# Fruit Fly Media



## Bigfrog (Dec 31, 2019)

Who sells the best, easiest and most successful fruit fly media? It sounds like Josh’s is highly recommended?


----------



## Tijl (Feb 28, 2019)

Super easy and cheap to make your own..


----------



## Bigfrog (Dec 31, 2019)

Do you a proven, easy recipe you would like to share?


----------



## Philsuma (Jul 18, 2006)

If you are new, do not make your own....there's enough other stuff to worry about.

Josh's ain't bad

Repashy is excellent for me


----------



## AsylumDart (Sep 20, 2018)

Frogdaddy FFM is the best I’ve used. Produces like crazy.


----------



## Tijl (Feb 28, 2019)

Bigfrog said:


> Do you a proven, easy recipe you would like to share?


Ive been using this very good and easy, simpel recipe for a years now, since my older recipe gave to much smell and mite :

For D. Hydei (13cups/100gr ea) :

650ml water
500gr oatmeal
1/2 banana
100ml natural vinigar (this keeps the mite away)
50ml grenadine

Just mix it all together, consistancy of this mix will be on point.



For D.Melanogaster (10cups/80gr ea) :

450ml water
1/2 banana
50ml natural vinigar
50ml grenadine
mix this together while adding wholeweat (Brinta) until It become very solid and you can put your spoon straight up in the mix

The melanogaster mix gets more fluid over time, so you want it to be realy solid.

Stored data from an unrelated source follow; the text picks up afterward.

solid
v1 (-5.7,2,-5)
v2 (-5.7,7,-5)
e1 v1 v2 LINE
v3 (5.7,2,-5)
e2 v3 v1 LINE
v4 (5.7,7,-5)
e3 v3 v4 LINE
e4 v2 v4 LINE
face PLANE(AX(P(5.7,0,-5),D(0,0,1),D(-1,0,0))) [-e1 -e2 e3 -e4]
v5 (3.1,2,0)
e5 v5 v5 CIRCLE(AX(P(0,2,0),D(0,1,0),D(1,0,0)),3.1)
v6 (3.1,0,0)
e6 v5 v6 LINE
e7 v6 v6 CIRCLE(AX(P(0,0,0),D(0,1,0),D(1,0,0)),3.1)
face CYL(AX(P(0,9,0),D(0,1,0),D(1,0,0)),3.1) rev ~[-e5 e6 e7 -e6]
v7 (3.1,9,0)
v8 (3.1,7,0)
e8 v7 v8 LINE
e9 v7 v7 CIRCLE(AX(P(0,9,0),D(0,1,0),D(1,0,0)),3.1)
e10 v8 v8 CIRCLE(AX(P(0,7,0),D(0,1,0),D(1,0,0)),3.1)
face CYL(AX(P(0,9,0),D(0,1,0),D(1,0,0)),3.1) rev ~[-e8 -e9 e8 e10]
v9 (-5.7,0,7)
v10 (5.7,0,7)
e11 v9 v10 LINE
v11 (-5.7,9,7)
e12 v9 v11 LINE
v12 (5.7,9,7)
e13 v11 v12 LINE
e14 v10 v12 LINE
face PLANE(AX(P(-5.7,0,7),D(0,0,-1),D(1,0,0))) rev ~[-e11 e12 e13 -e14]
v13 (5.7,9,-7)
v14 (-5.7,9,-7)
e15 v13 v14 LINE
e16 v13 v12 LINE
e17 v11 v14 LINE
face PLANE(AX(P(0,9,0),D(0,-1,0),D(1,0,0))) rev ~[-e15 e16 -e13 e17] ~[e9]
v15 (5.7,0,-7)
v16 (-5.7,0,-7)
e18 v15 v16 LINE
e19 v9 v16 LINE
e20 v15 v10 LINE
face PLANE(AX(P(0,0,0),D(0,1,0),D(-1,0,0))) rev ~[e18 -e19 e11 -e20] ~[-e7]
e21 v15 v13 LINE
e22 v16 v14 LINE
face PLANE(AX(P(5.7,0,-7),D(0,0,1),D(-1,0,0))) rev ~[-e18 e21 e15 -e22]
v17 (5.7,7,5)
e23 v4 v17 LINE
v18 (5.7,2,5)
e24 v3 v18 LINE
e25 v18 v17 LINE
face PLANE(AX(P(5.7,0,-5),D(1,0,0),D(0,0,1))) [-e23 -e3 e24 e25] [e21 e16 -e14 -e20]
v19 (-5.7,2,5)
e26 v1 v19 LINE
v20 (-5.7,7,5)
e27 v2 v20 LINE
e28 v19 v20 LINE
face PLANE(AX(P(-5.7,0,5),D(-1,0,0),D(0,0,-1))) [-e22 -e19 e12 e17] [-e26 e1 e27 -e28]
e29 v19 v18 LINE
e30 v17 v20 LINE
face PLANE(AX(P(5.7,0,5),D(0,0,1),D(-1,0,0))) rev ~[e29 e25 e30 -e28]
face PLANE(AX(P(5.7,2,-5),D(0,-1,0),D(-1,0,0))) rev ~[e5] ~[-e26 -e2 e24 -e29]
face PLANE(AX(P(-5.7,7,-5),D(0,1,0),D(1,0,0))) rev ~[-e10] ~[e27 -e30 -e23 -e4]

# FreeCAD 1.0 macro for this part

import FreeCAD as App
import Part
import Sketcher
from FreeCAD import Vector
Q = App.Units.Quantity


def add_polygon(sketch, points):
    """Adds a closed chain of lines whose ends are joined by coincident constraints."""
    first, n = sketch.GeometryCount, len(points)
    for a, b in zip(points, points[1:] + points[:1]):
        sketch.addGeometry(Part.LineSegment(App.Vector(*a, 0), App.Vector(*b, 0)), False)
    for i in range(n):
        sketch.addConstraint(Sketcher.Constraint("Coincident", first + i, 2, first + (i + 1) % n, 1))

doc = App.newDocument("Part")
body = doc.addObject("PartDesign::Body", "Body")
body.AllowCompound = True

sketch1 = body.newObject("Sketcher::SketchObject", "Sketch")
sketch1.AttachmentSupport = (doc.getObject("XZ_Plane"), [""])
sketch1.MapMode = "FlatFace"
add_polygon(sketch1, [(-5.7, 5), (5.7, 5), (5.7, -5), (-5.7, -5)])
sketch1.addGeometry(Part.Circle(Vector(0, 0, 0), Vector(0, 0, 1), 2.6), False)
sketch1.addConstraint(Sketcher.Constraint("Horizontal", 0))
sketch1.addConstraint(Sketcher.Constraint("Vertical", 1))
sketch1.addConstraint(Sketcher.Constraint("Horizontal", 2))
sketch1.addConstraint(Sketcher.Constraint("Vertical", 3))
sketch1.addConstraint(Sketcher.Constraint("Coincident", 4, 3, -1, 1))
sketch1.addConstraint(Sketcher.Constraint("Symmetric", 0, 2, 2, 2, -1, 1))
sketch1.addConstraint(Sketcher.Constraint("Diameter", 4, Q("5.2 mm")))
sketch1.addConstraint(Sketcher.Constraint("DistanceY", 1, 2, 1, 1, Q("10 mm")))
sketch1.addConstraint(Sketcher.Constraint("DistanceX", 0, 1, 0, 2, Q("11.4 mm")))
pad1 = body.newObject("PartDesign::Pad", "Pad")
pad1.Profile = sketch1
pad1.Length = 9
pad1.Reversed = True

sketch2 = body.newObject("Sketcher::SketchObject", "Sketch001")
sketch2.AttachmentSupport = (doc.getObject("XY_Plane"), [""])
sketch2.MapMode = "FlatFace"
sketch2.AttachmentOffset = App.Placement(Vector(0, 0, -5), App.Rotation())
add_polygon(sketch2, [(6, 7), (6, 2), (-6, 2), (-6, 7)])
sketch2.addConstraint(Sketcher.Constraint("Vertical", 0))
sketch2.addConstraint(Sketcher.Constraint("Horizontal", 1))
sketch2.addConstraint(Sketcher.Constraint("Vertical", 2))
sketch2.addConstraint(Sketcher.Constraint("Horizontal", 3))
sketch2.addConstraint(Sketcher.Constraint("DistanceY", -1, 1, 0, 2, Q("2 mm")))
sketch2.addConstraint(Sketcher.Constraint("DistanceY", 0, 2, 0, 1, Q("5 mm")))
sketch2.addConstraint(Sketcher.Constraint("DistanceX", 1, 2, 1, 1, Q("11.4 mm")))
sketch2.addConstraint(Sketcher.Constraint("DistanceX", -1, 1, 0, 2, Q("5.7 mm")))
pocket1 = body.newObject("PartDesign::Pocket", "Pocket")
pocket1.Profile = sketch2
pocket1.Length = 10.5875
pocket1.Reversed = True

sketch3 = body.newObject("Sketcher::SketchObject", "Sketch002")
sketch3.AttachmentSupport = (doc.getObject("XZ_Plane"), [""])
sketch3.MapMode = "FlatFace"
add_polygon(sketch3, [(5.7, -5), (-5.7, -5), (-5.7, -7), (5.7, -7)])
add_polygon(sketch3, [(-5.7, 7), (-5.7, 5), (5.7, 5), (5.7, 7)])
sketch3.addConstraint(Sketcher.Constraint("Horizontal", 0))
sketch3.addConstraint(Sketcher.Constraint("Vertical", 1))
sketch3.addConstraint(Sketcher.Constraint("Horizontal", 2))
sketch3.addConstraint(Sketcher.Constraint("Vertical", 3))
sketch3.addConstraint(Sketcher.Constraint("Vertical", 4))
sketch3.addConstraint(Sketcher.Constraint("Horizontal", 5))
sketch3.addConstraint(Sketcher.Constraint("Vertical", 6))
sketch3.addConstraint(Sketcher.Constraint("Horizontal", 7))
sketch3.addConstraint(Sketcher.Constraint("Symmetric", 3, 2, 4, 2, -1, 1))
sketch3.addConstraint(Sketcher.Constraint("Symmetric", 1, 2, 6, 2, -1, 1))
sketch3.addConstraint(Sketcher.Constraint("Vertical", 1, 2, 4, 2))
sketch3.addConstraint(Sketcher.Constraint("DistanceY", 1, 2, 1, 1, Q("2 mm")))
sketch3.addConstraint(Sketcher.Constraint("DistanceX", 0, 2, 0, 1, Q("11.4 mm")))
sketch3.addConstraint(Sketcher.Constraint("DistanceY", 2, 2, 6, 2, Q("14 mm")))
pad2 = body.newObject("PartDesign::Pad", "Pad001")
pad2.Profile = sketch3
pad2.Length = 9
pad2.Reversed = True

sketch4 = body.newObject("Sketcher::SketchObject", "Sketch003")
sketch4.AttachmentSupport = (doc.getObject("XZ_Plane"), [""])
sketch4.MapMode = "FlatFace"
sketch4.AttachmentOffset = App.Placement(Vector(0, 0, -9), App.Rotation())
sketch4.addGeometry(Part.Circle(Vector(0, 0, 0), Vector(0, 0, 1), 3.1), False)
sketch4.addConstraint(Sketcher.Constraint("Coincident", 0, 3, -1, 1))
sketch4.addConstraint(Sketcher.Constraint("Diameter", 0, Q("6.2 mm")))
pocket2 = body.newObject("PartDesign::Pocket", "Pocket001")
pocket2.Profile = sketch4
pocket2.Length = 10
pocket2.Reversed = True

doc.recompute()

3 weeks later : https://youtu.be/Ar3RPSOAGTs



It does not get easier and cheaper than this.


----------



## Thekla (Aug 2, 2019)

Bigfrog said:


> Do you a proven, easy recipe you would like to share?

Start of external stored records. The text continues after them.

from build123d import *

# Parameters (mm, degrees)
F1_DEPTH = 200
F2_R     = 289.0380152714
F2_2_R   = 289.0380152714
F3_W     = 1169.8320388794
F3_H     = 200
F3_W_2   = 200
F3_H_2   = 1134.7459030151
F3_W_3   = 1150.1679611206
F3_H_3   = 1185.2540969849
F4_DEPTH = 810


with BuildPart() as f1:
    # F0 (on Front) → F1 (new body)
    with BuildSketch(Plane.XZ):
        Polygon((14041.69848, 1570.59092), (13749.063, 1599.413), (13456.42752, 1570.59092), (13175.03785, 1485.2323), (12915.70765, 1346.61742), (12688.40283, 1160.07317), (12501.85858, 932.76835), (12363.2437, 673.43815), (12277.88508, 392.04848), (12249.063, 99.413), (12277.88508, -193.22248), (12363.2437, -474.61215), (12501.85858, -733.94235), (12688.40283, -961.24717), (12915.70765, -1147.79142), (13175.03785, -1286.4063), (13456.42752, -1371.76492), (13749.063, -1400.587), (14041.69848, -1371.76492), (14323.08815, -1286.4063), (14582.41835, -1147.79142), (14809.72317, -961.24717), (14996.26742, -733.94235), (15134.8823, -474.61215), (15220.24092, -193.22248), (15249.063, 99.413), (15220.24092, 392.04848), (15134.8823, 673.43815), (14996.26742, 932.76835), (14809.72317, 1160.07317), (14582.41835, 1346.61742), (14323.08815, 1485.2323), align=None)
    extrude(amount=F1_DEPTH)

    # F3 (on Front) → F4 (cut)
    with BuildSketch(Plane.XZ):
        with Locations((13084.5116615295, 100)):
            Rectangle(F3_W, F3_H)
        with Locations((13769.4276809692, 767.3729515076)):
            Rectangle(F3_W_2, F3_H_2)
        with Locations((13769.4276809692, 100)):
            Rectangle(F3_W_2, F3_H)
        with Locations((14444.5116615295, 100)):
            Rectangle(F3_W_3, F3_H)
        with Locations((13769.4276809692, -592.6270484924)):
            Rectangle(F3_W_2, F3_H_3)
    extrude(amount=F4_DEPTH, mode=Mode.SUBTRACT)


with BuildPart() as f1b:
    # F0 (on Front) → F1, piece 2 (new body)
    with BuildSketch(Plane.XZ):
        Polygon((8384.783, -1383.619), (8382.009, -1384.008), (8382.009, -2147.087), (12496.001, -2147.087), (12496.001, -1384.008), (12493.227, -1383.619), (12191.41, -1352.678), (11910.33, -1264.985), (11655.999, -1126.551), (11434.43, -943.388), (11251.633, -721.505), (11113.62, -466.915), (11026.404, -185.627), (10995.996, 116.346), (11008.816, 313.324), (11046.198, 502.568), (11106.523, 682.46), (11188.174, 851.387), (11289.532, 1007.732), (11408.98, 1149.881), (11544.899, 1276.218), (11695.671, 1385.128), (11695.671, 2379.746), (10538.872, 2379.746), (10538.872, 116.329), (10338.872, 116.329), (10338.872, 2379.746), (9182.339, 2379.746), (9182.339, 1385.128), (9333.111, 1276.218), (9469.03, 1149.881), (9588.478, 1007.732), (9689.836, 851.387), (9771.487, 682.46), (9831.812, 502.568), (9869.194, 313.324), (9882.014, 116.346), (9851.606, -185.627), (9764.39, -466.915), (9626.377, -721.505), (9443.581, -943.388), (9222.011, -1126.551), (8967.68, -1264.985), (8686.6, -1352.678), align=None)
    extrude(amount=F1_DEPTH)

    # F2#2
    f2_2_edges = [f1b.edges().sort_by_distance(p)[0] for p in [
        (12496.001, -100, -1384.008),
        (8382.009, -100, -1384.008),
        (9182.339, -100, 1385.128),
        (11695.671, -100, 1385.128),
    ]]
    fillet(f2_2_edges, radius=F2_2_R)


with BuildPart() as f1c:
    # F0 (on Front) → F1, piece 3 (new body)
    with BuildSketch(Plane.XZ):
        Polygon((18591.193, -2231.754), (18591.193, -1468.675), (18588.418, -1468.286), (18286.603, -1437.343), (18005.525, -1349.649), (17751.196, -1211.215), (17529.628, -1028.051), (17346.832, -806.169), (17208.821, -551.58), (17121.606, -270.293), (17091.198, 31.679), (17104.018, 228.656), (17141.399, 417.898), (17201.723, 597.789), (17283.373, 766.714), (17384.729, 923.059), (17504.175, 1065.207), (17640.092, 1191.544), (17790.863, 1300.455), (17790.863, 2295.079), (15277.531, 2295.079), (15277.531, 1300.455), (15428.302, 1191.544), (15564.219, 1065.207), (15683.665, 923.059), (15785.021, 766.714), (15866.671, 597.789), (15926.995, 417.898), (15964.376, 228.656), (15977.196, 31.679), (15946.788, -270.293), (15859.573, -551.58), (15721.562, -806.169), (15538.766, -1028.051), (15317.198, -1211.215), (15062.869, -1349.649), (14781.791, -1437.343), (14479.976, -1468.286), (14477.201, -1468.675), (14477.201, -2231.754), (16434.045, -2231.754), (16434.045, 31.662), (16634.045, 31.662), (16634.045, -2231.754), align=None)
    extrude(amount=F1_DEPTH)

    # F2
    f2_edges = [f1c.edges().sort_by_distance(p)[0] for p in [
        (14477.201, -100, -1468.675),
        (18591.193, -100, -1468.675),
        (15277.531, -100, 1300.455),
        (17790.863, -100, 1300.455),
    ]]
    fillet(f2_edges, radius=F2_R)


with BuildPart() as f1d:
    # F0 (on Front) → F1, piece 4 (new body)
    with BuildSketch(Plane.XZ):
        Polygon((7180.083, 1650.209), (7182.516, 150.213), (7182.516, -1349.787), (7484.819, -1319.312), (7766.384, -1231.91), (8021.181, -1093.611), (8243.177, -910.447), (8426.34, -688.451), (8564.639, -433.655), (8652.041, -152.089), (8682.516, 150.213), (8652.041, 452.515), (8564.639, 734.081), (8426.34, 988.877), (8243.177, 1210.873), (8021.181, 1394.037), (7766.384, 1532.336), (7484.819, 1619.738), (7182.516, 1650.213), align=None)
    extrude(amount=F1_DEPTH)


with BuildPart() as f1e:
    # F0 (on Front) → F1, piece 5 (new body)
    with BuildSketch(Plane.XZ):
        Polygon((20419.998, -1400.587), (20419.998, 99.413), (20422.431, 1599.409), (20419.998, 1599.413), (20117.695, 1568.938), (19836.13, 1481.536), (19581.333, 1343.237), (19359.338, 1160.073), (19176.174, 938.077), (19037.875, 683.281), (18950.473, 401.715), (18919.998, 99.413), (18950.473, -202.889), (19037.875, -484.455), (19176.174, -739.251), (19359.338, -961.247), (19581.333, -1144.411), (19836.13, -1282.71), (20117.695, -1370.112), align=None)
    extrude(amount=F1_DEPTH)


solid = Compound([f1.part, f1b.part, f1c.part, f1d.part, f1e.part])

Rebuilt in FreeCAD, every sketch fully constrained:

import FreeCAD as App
import Part
import Sketcher
from FreeCAD import Vector


def edges_at(feature, points):
    """Names of the edges that pass closest to the given points."""
    edges = feature.Shape.Edges
    near = lambda p: min(range(len(edges)), key=lambda i: edges[i].distToShape(Part.Vertex(*p))[0])
    return sorted({f"Edge{near(p) + 1}" for p in points})


def add_polygon(sketch, points):
    """Adds a closed chain of lines whose ends are joined by coincident constraints."""
    first, n = sketch.GeometryCount, len(points)
    for a, b in zip(points, points[1:] + points[:1]):
        sketch.addGeometry(Part.LineSegment(App.Vector(*a, 0), App.Vector(*b, 0)), False)
    for i in range(n):
        sketch.addConstraint(Sketcher.Constraint("Coincident", first + i, 2, first + (i + 1) % n, 1))

doc = App.newDocument("Part")
body = doc.addObject("PartDesign::Body", "Body")

sketch1 = body.newObject("Sketcher::SketchObject", "Sketch")
sketch1.AttachmentSupport = (doc.getObject("XZ_Plane"), [""])
sketch1.MapMode = "FlatFace"
add_polygon(sketch1, [(14041.69848, 1570.59092), (13749.063, 1599.413), (13456.42752, 1570.59092), (13175.03785, 1485.2323), (12915.70765, 1346.61742), (12688.40283, 1160.07317), (12501.85858, 932.76835), (12363.2437, 673.43815), (12277.88508, 392.04848), (12249.063, 99.413), (12277.88508, -193.22248), (12363.2437, -474.61215), (12501.85858, -733.94235), (12688.40283, -961.24717), (12915.70765, -1147.79142), (13175.03785, -1286.4063), (13456.42752, -1371.76492), (13749.063, -1400.587), (14041.69848, -1371.76492), (14323.08815, -1286.4063), (14582.41835, -1147.79142), (14809.72317, -961.24717), (14996.26742, -733.94235), (15134.8823, -474.61215), (15220.24092, -193.22248), (15249.063, 99.413), (15220.24092, 392.04848), (15134.8823, 673.43815), (14996.26742, 932.76835), (14809.72317, 1160.07317), (14582.41835, 1346.61742), (14323.08815, 1485.2323)])
sketch1.addConstraint([
    Sketcher.Constraint("Perpendicular", 0, 8),
    Sketcher.Constraint("Perpendicular", 1, 9),
    Sketcher.Constraint("Perpendicular", 2, 10),
    Sketcher.Constraint("Perpendicular", 3, 11),
    Sketcher.Constraint("Perpendicular", 4, 12),
    Sketcher.Constraint("Perpendicular", 5, 13),
    Sketcher.Constraint("Perpendicular", 6, 14),
    Sketcher.Constraint("Perpendicular", 7, 15),
    Sketcher.Constraint("Perpendicular", 8, 16),
    Sketcher.Constraint("Perpendicular", 9, 17),
    Sketcher.Constraint("Perpendicular", 10, 18),
    Sketcher.Constraint("Perpendicular", 11, 19),
    Sketcher.Constraint("Perpendicular", 12, 20),
    Sketcher.Constraint("Perpendicular", 13, 21),
    Sketcher.Constraint("Perpendicular", 14, 22),
    Sketcher.Constraint("Perpendicular", 15, 23),
    Sketcher.Constraint("Perpendicular", 16, 24),
    Sketcher.Constraint("Perpendicular", 17, 25),
    Sketcher.Constraint("Perpendicular", 18, 26),
    Sketcher.Constraint("Perpendicular", 19, 27),
    Sketcher.Constraint("Perpendicular", 20, 28),
    Sketcher.Constraint("Perpendicular", 21, 29),
    Sketcher.Constraint("Perpendicular", 22, 30),
    Sketcher.Constraint("Perpendicular", 23, 31),
    Sketcher.Constraint("Horizontal", 15, 2, 17, 2),
    Sketcher.Constraint("Horizontal", 14, 2, 18, 2),
    Sketcher.Constraint("Horizontal", 13, 2, 19, 2),
    Sketcher.Constraint("Horizontal", 12, 2, 20, 2),
    Sketcher.Constraint("Horizontal", 11, 2, 21, 2),
    Sketcher.Constraint("Horizontal", 10, 2, 22, 2),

I found a foolproof recipe a year ago I never had any problems with (no mould, no mites):

- 1 block of fresh baker's yeast (about 40g)
- 2 teaspoons of sugar
- 1 tablespoon of Sanostol (multivitamin syrup for children)
- 100 ml apple cider vinegar

Mix yeast with sugar until it becomes a liquid, then add syrup and apple cider vinegar and stir. Put absorbent cotton into the cup (about 1/2-1/3") and soak it with the media, so it's wet but won't drip if inverted. 
The mix should give you enough media for about 4-5 cups, can't say for sure, as I don't use conventional cups.  The media can be stored in the fridge for about 2 weeks.


----------



## Chris S (Apr 12, 2016)

Philsuma said:


> If you are new, do not make your own....there's enough other stuff to worry about.
> 
> Josh's ain't bad
> 
> Repashy is excellent for me


I second this, being fairly new to this myself. Easy to follow directions and proven to be a good mix!


----------



## David Kurn (Aug 26, 2019)

Tijl, how do melanogaster do in the Hydei recipe?


----------



## Bigfrog (Dec 31, 2019)

I ordered some Repashy media and the directions say table spoons but is that level spoons or what. I would prefer exact measurements like 1/2 cup media and 3/4 cup of water.


----------



## fishingguy12345 (Apr 7, 2019)

A tablespoon is an exact measurement... You use a level tablespoon (measuring tablespoon, not one you use for eating) .


----------



## Tijl (Feb 28, 2019)

David Kurn said:


> Tijl, how do melanogaster do in the Hydei recipe?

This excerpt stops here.